Mutations accumulate at a steady rate over time. Therefore the number of nucleotide substitutions that a genome accumulates is regarded as being proportional to time.
By comparing this data with fossil records, the molecular clock gives information about how long ago the most recent common ancestor of the species existed and the sequence in which the species evolved
molecular clocks
The use of these techniques has allowed for many discoveries. The comparison of sequence data and fossil evidence have allowed the main sequence of events in evolution of life to be placed on a timeline (see diagram below).
Analysis of ribosomal RNA (rRNA) nucleotide sequences from many organisms have been studied because they are shared by all living things.
Comparing the sequences has given clues to the evolution of all living things and demonstrated that all life belongs to one of three domains:
Bacteria – traditional prokaryotes.
Archea – mostly prokaryotes that inhibit extreme environments, e.g. hot springs and salt lakes.

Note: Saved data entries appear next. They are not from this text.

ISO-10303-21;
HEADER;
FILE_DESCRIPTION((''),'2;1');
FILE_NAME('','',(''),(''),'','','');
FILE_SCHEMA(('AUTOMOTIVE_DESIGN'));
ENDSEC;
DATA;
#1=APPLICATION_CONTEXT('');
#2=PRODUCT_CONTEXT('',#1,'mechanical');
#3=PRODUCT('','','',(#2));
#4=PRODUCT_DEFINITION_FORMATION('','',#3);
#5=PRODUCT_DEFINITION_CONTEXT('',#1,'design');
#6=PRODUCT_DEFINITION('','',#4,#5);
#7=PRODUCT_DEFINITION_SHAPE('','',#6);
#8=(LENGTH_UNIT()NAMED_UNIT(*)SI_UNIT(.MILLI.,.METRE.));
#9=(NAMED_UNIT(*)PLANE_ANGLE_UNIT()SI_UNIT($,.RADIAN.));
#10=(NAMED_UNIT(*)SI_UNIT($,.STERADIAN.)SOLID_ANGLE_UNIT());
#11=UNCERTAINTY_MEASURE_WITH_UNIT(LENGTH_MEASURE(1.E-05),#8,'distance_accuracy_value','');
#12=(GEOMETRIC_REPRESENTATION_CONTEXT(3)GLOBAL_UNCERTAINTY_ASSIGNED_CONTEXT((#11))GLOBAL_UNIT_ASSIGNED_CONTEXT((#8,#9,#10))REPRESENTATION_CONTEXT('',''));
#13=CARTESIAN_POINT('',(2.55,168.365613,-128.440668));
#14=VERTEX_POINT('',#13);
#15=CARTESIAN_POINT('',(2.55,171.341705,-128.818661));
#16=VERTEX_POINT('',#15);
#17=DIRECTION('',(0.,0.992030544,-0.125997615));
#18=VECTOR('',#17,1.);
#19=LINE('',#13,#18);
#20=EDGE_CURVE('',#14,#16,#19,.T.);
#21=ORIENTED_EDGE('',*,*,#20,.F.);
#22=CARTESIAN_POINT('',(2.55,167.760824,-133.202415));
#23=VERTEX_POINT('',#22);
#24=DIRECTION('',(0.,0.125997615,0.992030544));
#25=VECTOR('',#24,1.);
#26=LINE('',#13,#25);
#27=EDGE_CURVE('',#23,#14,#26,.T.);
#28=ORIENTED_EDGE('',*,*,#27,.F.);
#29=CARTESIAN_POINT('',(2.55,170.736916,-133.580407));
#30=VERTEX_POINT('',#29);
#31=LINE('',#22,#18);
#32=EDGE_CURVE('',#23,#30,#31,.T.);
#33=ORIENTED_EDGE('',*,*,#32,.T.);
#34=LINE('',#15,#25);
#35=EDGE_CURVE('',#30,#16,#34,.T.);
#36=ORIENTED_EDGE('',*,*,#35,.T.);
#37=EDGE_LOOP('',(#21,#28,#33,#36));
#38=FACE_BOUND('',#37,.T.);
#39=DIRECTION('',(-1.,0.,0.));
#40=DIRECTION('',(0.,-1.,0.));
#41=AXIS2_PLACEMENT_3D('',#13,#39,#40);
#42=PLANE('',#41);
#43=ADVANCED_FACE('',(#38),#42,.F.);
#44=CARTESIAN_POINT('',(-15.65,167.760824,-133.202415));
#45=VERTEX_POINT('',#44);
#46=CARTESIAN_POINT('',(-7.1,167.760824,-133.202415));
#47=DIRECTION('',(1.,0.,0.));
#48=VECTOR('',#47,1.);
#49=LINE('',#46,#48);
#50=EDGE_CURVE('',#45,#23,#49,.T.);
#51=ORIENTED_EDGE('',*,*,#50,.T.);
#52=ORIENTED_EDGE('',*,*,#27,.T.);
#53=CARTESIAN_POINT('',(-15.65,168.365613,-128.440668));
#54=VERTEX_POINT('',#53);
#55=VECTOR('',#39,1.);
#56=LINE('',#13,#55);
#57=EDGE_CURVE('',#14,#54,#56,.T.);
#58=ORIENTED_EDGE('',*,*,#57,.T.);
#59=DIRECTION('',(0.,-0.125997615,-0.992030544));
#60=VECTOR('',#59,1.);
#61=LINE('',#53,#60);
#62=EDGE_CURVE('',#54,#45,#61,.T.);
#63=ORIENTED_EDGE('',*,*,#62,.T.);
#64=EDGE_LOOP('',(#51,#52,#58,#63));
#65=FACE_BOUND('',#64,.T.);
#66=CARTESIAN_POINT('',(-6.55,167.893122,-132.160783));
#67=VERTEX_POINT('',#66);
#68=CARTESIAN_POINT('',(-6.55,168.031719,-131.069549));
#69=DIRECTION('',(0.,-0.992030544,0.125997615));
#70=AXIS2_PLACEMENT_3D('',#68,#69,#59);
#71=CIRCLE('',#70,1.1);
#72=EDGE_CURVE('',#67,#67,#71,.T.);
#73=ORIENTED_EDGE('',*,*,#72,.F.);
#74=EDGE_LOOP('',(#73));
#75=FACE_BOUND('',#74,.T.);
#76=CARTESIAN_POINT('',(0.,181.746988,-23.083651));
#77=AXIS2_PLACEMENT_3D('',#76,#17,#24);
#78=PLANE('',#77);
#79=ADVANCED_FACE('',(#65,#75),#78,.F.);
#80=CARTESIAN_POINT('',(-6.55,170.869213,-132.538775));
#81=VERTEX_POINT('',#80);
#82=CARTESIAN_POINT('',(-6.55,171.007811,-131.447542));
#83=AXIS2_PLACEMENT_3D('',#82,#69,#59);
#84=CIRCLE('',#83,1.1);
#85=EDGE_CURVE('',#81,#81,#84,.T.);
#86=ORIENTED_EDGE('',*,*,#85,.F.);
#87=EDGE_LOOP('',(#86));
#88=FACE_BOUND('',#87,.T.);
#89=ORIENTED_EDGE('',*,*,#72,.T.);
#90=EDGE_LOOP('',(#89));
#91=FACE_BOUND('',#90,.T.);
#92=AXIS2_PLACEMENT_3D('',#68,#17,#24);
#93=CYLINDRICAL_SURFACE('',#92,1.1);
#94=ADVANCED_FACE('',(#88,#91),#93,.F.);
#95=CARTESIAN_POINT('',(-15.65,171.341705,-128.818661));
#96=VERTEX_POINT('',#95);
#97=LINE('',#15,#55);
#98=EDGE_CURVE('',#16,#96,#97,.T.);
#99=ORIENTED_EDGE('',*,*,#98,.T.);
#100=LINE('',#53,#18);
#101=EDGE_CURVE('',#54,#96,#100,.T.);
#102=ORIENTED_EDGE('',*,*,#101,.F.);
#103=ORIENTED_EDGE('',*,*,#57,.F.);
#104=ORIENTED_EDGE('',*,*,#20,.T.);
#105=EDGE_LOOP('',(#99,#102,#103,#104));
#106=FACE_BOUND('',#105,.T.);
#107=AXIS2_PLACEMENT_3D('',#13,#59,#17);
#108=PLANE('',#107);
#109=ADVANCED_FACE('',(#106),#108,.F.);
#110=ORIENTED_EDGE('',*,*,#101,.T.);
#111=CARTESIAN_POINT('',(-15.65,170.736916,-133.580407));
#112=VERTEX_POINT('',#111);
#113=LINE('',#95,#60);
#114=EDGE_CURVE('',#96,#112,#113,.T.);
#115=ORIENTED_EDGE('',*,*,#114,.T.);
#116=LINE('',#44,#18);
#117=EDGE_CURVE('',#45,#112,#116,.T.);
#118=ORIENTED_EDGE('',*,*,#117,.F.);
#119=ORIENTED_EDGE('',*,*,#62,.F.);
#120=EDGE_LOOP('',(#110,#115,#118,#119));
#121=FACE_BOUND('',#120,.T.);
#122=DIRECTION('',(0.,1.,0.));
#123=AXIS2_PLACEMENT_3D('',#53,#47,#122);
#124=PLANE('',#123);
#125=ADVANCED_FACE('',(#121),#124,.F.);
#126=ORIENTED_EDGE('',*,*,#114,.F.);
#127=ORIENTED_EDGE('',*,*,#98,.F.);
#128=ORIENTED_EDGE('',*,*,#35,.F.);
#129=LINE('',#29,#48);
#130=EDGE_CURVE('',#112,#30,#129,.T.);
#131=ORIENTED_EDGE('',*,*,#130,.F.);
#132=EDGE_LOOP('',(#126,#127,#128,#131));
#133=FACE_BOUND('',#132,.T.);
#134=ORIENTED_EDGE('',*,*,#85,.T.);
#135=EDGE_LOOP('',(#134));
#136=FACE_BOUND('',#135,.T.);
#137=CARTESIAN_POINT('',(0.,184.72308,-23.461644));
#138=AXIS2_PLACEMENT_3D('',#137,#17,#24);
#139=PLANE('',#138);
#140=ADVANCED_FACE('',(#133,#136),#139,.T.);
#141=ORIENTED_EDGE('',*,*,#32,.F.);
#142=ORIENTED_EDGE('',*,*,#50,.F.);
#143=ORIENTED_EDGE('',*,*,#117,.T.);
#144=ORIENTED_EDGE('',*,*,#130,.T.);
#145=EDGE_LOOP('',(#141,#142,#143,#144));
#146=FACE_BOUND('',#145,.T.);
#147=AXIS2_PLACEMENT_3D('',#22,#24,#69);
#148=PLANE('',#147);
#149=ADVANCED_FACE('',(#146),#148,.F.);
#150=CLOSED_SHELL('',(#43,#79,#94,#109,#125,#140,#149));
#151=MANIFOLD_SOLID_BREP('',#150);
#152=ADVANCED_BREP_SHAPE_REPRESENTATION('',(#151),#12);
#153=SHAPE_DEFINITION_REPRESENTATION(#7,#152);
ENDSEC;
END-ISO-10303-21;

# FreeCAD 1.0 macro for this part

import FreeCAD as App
import Part
import Sketcher
from FreeCAD import Vector

doc = App.newDocument("Part")
body = doc.addObject("PartDesign::Body", "Body")

# Sketch on an angled plane
sketch1 = doc.addObject("Sketcher::SketchObject", "Sketch")
body.addObject(sketch1)
sketch1.Placement = App.Placement(Vector(0, 184.72308, -23.461644), App.Rotation(Vector(1, 0, 0), Vector(0, 0.125997615, 0.992030544), Vector(0, -0.992030544, 0.125997615), "ZXY"))
sketch1.addGeometry([
    Part.LineSegment(Vector(2.5, -106.2, 0), Vector(-15.7, -106.2, 0)),  # 0
    Part.LineSegment(Vector(-15.7, -106.2, 0), Vector(-15.7, -111, 0)),  # 1
    Part.LineSegment(Vector(-15.7, -111, 0), Vector(2.5, -111, 0)),  # 2
    Part.LineSegment(Vector(2.5, -111, 0), Vector(2.5, -106.2, 0)),  # 3
    Part.Circle(Vector(-6.5, -108.9, 0), Vector(0, 0, 1), 1.1),  # 4
], False)
sketch1.addConstraint([
    Sketcher.Constraint("Coincident", 0, 2, 1, 1),
    Sketcher.Constraint("Coincident", 1, 2, 2, 1),
    Sketcher.Constraint("Coincident", 2, 2, 3, 1),
    Sketcher.Constraint("Coincident", 3, 2, 0, 1),
    Sketcher.Constraint("Horizontal", 0),
    Sketcher.Constraint("Vertical", 1),
    Sketcher.Constraint("Horizontal", 2),
    Sketcher.Constraint("Vertical", 3),
    Sketcher.Constraint("Diameter", 4, 2.2),
    Sketcher.Constraint("DistanceX", 0, 2, 0, 1, 18.2),
    Sketcher.Constraint("DistanceY", 1, 2, 1, 1, 4.8),
    Sketcher.Constraint("DistanceX", 0, 2, 4, 3, 9.1),
    Sketcher.Constraint("DistanceX", 4, 3, -1, 1, 6.55),
    Sketcher.Constraint("DistanceY", 4, 3, 0, 2, 2.65),
    Sketcher.Constraint("DistanceY", 4, 3, -1, 1, 108.8534),
])
pad1 = doc.addObject("PartDesign::Pad", "Pad")
body.addObject(pad1)
pad1.Profile = sketch1
pad1.Length = 3

doc.recompute()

Eukaryotes – fungi, plants and animals.
Sequencing of genomes has shown the archaen genes involved in DNA replication, transcription and translation to resemble much more closely to eukaryotes than those of bacteria. The deep evolutionary divisions that separate bacteria and archaea were not obvious from their phenotypes and only came to light following comparison of their rRNA.
Personal genomics involves sequencing an individual’s genome and analysing it using bioinformatics tools. Analysis of an individual’s genome may lead to personalised medicine through knowledge of the genetic component of risk of disease and likelihood of success of a particular treatment.
Predictive medicine
Once you have your DNA sequence you could look for disease causing mutations. Mutations that increase your likelihood of developing a condition e.g. BRAC1 and 2 genes and breast cancer.
Pharmacogenetics
The use of genome information in the choice of drug. Knowing the genome sequence could be used to predict which medicines, and which dosages, will be most effective in one person compared to another.
Many different types of variation in genomes are found to occur among members of a human population. These differences are largely the result of mutations and rearrangements of parts of the sequences of bases. Genetic variation can result in a genetic disorder or disease.